> _Exercise data_:

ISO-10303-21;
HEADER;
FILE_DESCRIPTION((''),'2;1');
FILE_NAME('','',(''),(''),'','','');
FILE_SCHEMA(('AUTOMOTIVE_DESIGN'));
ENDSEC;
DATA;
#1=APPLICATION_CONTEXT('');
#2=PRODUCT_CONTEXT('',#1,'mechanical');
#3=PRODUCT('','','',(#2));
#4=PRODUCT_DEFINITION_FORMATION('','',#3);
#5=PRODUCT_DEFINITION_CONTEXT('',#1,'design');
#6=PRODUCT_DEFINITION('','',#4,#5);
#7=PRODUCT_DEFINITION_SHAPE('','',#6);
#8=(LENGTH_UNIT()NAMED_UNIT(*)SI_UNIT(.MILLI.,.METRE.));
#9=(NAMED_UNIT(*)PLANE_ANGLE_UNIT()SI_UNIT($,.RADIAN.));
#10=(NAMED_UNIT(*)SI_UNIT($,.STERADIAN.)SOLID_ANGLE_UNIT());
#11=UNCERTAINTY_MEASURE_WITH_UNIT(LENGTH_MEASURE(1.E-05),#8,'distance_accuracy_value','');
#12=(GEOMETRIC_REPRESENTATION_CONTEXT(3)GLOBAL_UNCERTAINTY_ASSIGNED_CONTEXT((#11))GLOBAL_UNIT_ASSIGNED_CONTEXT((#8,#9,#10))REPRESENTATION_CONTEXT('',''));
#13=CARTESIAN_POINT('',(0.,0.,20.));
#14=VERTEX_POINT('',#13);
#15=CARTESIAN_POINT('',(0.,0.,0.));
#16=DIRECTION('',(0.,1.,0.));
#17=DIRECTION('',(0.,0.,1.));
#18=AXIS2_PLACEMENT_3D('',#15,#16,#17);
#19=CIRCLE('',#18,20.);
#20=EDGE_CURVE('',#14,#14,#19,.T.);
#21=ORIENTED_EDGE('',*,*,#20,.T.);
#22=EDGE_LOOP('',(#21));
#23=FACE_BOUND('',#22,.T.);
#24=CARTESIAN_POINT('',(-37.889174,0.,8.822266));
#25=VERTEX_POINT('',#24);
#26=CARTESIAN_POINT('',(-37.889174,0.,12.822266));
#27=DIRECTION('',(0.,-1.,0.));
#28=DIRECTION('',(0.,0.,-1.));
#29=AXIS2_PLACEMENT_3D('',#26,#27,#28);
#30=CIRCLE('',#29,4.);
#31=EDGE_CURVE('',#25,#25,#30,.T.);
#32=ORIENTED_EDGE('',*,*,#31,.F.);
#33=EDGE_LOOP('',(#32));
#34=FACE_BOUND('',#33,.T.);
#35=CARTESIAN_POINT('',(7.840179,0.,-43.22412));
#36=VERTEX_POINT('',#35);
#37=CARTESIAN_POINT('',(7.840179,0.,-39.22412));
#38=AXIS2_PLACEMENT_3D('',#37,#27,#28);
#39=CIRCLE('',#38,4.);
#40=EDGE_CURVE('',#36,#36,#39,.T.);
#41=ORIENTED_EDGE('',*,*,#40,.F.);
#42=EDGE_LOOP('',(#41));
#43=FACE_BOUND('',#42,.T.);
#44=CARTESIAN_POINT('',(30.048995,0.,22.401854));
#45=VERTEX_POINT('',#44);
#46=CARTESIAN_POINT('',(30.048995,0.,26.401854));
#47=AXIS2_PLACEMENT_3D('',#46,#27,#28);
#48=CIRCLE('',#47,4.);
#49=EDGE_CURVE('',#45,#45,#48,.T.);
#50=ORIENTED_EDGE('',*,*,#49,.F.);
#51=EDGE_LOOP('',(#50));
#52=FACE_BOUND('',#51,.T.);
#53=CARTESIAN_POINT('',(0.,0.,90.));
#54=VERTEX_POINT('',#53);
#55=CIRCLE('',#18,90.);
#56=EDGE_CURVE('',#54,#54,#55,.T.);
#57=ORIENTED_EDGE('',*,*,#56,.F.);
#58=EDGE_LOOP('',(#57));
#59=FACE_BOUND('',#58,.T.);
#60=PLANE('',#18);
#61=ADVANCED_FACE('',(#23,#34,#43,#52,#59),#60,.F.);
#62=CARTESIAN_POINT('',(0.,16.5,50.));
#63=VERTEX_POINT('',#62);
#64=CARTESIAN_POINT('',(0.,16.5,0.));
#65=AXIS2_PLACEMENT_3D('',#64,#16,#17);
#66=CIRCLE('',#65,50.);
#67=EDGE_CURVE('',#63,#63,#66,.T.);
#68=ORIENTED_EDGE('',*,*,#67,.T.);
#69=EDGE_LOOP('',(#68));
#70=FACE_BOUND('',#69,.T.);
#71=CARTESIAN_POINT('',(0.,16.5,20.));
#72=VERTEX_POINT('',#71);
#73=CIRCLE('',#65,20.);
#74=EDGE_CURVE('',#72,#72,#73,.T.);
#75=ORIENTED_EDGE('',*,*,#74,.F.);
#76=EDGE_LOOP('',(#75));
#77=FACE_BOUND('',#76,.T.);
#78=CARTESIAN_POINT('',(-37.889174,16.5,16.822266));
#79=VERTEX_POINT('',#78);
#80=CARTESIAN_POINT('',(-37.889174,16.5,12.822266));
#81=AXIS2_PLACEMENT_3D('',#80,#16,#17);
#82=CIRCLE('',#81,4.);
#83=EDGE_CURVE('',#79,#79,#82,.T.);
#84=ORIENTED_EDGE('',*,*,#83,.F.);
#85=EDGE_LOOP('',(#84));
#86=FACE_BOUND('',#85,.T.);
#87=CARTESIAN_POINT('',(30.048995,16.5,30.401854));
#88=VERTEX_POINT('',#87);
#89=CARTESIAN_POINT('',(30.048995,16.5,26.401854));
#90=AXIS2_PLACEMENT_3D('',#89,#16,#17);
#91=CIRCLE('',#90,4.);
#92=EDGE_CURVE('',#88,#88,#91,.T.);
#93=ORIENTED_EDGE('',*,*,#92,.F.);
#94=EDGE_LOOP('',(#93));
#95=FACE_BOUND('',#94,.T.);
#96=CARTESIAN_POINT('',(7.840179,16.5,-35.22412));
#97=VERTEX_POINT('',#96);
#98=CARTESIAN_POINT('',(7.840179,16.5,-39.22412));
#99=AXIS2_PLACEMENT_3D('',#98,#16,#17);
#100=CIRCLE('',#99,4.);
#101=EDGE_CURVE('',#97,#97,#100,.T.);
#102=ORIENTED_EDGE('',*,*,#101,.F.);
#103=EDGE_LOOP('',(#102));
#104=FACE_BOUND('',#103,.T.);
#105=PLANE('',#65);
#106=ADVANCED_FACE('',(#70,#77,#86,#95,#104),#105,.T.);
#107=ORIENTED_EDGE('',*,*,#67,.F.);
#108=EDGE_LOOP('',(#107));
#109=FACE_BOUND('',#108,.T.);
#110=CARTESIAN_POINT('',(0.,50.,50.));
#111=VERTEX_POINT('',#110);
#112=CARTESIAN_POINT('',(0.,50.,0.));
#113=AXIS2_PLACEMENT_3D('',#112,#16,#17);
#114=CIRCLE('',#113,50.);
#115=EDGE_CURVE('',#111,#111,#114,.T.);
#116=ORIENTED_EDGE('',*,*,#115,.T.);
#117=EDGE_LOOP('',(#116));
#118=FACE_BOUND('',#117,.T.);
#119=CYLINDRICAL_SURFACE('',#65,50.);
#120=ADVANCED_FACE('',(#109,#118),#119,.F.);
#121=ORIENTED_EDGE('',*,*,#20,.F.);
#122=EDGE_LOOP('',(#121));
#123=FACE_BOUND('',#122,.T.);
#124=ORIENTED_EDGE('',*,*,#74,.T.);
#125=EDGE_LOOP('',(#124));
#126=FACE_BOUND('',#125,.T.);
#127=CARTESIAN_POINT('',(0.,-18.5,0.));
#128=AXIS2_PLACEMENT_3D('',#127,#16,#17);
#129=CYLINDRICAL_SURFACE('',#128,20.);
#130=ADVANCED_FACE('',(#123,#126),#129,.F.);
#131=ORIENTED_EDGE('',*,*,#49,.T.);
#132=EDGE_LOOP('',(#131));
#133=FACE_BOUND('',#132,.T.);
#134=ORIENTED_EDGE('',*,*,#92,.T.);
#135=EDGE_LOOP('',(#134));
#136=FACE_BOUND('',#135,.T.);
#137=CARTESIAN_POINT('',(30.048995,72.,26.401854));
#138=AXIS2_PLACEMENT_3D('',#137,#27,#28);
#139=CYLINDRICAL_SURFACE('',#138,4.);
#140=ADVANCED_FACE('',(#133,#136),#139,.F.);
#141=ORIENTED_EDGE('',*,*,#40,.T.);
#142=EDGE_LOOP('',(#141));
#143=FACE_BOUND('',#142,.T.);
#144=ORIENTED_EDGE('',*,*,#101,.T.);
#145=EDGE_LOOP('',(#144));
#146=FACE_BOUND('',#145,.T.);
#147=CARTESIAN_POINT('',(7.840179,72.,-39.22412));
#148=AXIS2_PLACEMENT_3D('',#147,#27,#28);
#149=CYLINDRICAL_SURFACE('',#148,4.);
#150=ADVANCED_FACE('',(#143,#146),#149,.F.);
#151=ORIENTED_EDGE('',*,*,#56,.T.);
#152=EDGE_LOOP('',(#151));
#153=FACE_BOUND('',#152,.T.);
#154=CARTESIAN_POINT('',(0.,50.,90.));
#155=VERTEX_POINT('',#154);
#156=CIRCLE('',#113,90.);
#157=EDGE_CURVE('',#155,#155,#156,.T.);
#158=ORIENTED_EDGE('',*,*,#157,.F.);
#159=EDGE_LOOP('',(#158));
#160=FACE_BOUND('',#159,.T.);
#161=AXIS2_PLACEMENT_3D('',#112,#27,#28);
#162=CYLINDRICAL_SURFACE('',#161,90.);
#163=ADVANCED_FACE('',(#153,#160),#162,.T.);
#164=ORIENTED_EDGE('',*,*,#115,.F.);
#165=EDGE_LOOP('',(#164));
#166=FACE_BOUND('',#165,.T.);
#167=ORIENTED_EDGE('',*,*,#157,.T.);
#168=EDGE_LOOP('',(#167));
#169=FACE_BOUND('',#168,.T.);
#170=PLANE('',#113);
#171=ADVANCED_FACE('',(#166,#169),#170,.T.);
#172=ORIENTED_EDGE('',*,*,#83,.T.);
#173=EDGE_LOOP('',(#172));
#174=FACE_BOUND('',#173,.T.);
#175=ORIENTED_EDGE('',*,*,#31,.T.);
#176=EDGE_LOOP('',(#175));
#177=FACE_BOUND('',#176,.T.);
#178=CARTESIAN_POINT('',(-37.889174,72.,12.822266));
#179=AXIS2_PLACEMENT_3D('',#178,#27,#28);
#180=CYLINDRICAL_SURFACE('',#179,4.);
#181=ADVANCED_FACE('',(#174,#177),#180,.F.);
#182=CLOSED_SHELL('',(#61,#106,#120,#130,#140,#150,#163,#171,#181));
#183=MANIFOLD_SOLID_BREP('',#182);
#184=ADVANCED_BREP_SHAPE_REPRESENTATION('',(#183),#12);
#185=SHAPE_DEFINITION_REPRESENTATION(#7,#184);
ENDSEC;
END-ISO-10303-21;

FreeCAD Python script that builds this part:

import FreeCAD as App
import Part
import Sketcher

doc = App.newDocument("Part")
body = doc.addObject("PartDesign::Body", "Body")

# Sketch on XZ plane
sketch1 = body.newObject("Sketcher::SketchObject", "Sketch")
sketch1.AttachmentSupport = (doc.getObject("XZ_Plane"), [""])
sketch1.MapMode = "FlatFace"
sketch1.addGeometry(Part.Circle(App.Vector(0, 0, 0), App.Vector(0, 0, 1), 90), False)
sketch1.addConstraint(Sketcher.Constraint("Coincident", 0, 3, -1, 1))
sketch1.addConstraint(Sketcher.Constraint("Diameter", 0, 180.0))
pad1 = body.newObject("PartDesign::Pad", "Pad")
pad1.Profile = sketch1
pad1.Length = 50
pad1.Reversed = True

# Sketch on XZ plane
sketch2 = body.newObject("Sketcher::SketchObject", "Sketch001")
sketch2.AttachmentSupport = (doc.getObject("XZ_Plane"), [""])
sketch2.MapMode = "FlatFace"
sketch2.AttachmentOffset = App.Placement(App.Vector(0, 0, -50), App.Rotation())
sketch2.addGeometry(Part.Circle(App.Vector(0, 0, 0), App.Vector(0, 0, 1), 50), False)
sketch2.addConstraint(Sketcher.Constraint("Coincident", 0, 3, -1, 1))
sketch2.addConstraint(Sketcher.Constraint("Diameter", 0, 100.0))
pocket1 = body.newObject("PartDesign::Pocket", "Pocket")
pocket1.Profile = sketch2
pocket1.Length = 33.5
pocket1.Reversed = True

# Sketch on XZ plane
sketch3 = body.newObject("Sketcher::SketchObject", "Sketch002")
sketch3.AttachmentSupport = (doc.getObject("XZ_Plane"), [""])
sketch3.MapMode = "FlatFace"
sketch3.AttachmentOffset = App.Placement(App.Vector(0, 0, -16.5), App.Rotation())
sketch3.addGeometry(Part.Circle(App.Vector(0, 0, 0), App.Vector(0, 0, 1), 20), False)
sketch3.addConstraint(Sketcher.Constraint("Coincident", 0, 3, -1, 1))
sketch3.addConstraint(Sketcher.Constraint("Diameter", 0, 40.0))
pocket2 = body.newObject("PartDesign::Pocket", "Pocket001")
pocket2.Profile = sketch3
pocket2.Length = 35
pocket2.Reversed = True

# Sketch on XZ plane
sketch4 = body.newObject("Sketcher::SketchObject", "Sketch003")
sketch4.AttachmentSupport = (doc.getObject("XZ_Plane"), [""])
sketch4.MapMode = "FlatFace"
sketch4.addGeometry(Part.Circle(App.Vector(-37.9, 12.8, 0), App.Vector(0, 0, 1), 4), False)
sketch4.addGeometry(Part.Circle(App.Vector(7.8, -39.2, 0), App.Vector(0, 0, 1), 4), False)
sketch4.addGeometry(Part.Circle(App.Vector(30, 26.4, 0), App.Vector(0, 0, 1), 4), False)
sketch4.addConstraint(Sketcher.Constraint("Equal", 0, 1))
sketch4.addConstraint(Sketcher.Constraint("Equal", 1, 2))
sketch4.addConstraint(Sketcher.Constraint("Diameter", 0, 8.0))
sketch4.addConstraint(Sketcher.Constraint("DistanceX", -1, 1, 1, 3, 7.840179))
sketch4.addConstraint(Sketcher.Constraint("DistanceY", 1, 3, -1, 1, 39.22412))
sketch4.addConstraint(Sketcher.Constraint("DistanceX", 0, 3, 2, 3, 67.938169))
sketch4.addConstraint(Sketcher.Constraint("DistanceX", 0, 3, -1, 1, 37.889174))
sketch4.addConstraint(Sketcher.Constraint("DistanceY", -1, 1, 0, 3, 12.822266))
sketch4.addConstraint(Sketcher.Constraint("DistanceY", -1, 1, 2, 3, 26.401854))
pocket3 = body.newObject("PartDesign::Pocket", "Pocket002")
pocket3.Profile = sketch4
pocket3.Length = 72

doc.recompute()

> _Problem requirements_: Give back exactly the lines of the listing above, starting with its first line and ending with the line that holds "#44=CARTESIAN_POINT('',(30.048995,0.,22.401854));".

> _Response to this task_:
ISO-10303-21;
HEADER;
FILE_DESCRIPTION((''),'2;1');
FILE_NAME('','',(''),(''),'','','');
FILE_SCHEMA(('AUTOMOTIVE_DESIGN'));
ENDSEC;
DATA;
#1=APPLICATION_CONTEXT('');
#2=PRODUCT_CONTEXT('',#1,'mechanical');
#3=PRODUCT('','','',(#2));
#4=PRODUCT_DEFINITION_FORMATION('','',#3);
#5=PRODUCT_DEFINITION_CONTEXT('',#1,'design');
#6=PRODUCT_DEFINITION('','',#4,#5);
#7=PRODUCT_DEFINITION_SHAPE('','',#6);
#8=(LENGTH_UNIT()NAMED_UNIT(*)SI_UNIT(.MILLI.,.METRE.));
#9=(NAMED_UNIT(*)PLANE_ANGLE_UNIT()SI_UNIT($,.RADIAN.));
#10=(NAMED_UNIT(*)SI_UNIT($,.STERADIAN.)SOLID_ANGLE_UNIT());
#11=UNCERTAINTY_MEASURE_WITH_UNIT(LENGTH_MEASURE(1.E-05),#8,'distance_accuracy_value','');
#12=(GEOMETRIC_REPRESENTATION_CONTEXT(3)GLOBAL_UNCERTAINTY_ASSIGNED_CONTEXT((#11))GLOBAL_UNIT_ASSIGNED_CONTEXT((#8,#9,#10))REPRESENTATION_CONTEXT('',''));
#13=CARTESIAN_POINT('',(0.,0.,20.));
#14=VERTEX_POINT('',#13);
#15=CARTESIAN_POINT('',(0.,0.,0.));
#16=DIRECTION('',(0.,1.,0.));
#17=DIRECTION('',(0.,0.,1.));
#18=AXIS2_PLACEMENT_3D('',#15,#16,#17);
#19=CIRCLE('',#18,20.);
#20=EDGE_CURVE('',#14,#14,#19,.T.);
#21=ORIENTED_EDGE('',*,*,#20,.T.);
#22=EDGE_LOOP('',(#21));
#23=FACE_BOUND('',#22,.T.);
#24=CARTESIAN_POINT('',(-37.889174,0.,8.822266));
#25=VERTEX_POINT('',#24);
#26=CARTESIAN_POINT('',(-37.889174,0.,12.822266));
#27=DIRECTION('',(0.,-1.,0.));
#28=DIRECTION('',(0.,0.,-1.));
#29=AXIS2_PLACEMENT_3D('',#26,#27,#28);
#30=CIRCLE('',#29,4.);
#31=EDGE_CURVE('',#25,#25,#30,.T.);
#32=ORIENTED_EDGE('',*,*,#31,.F.);
#33=EDGE_LOOP('',(#32));
#34=FACE_BOUND('',#33,.T.);
#35=CARTESIAN_POINT('',(7.840179,0.,-43.22412));
#36=VERTEX_POINT('',#35);
#37=CARTESIAN_POINT('',(7.840179,0.,-39.22412));
#38=AXIS2_PLACEMENT_3D('',#37,#27,#28);
#39=CIRCLE('',#38,4.);
#40=EDGE_CURVE('',#36,#36,#39,.T.);
#41=ORIENTED_EDGE('',*,*,#40,.F.);
#42=EDGE_LOOP('',(#41));
#43=FACE_BOUND('',#42,.T.);
#44=CARTESIAN_POINT('',(30.048995,0.,22.401854));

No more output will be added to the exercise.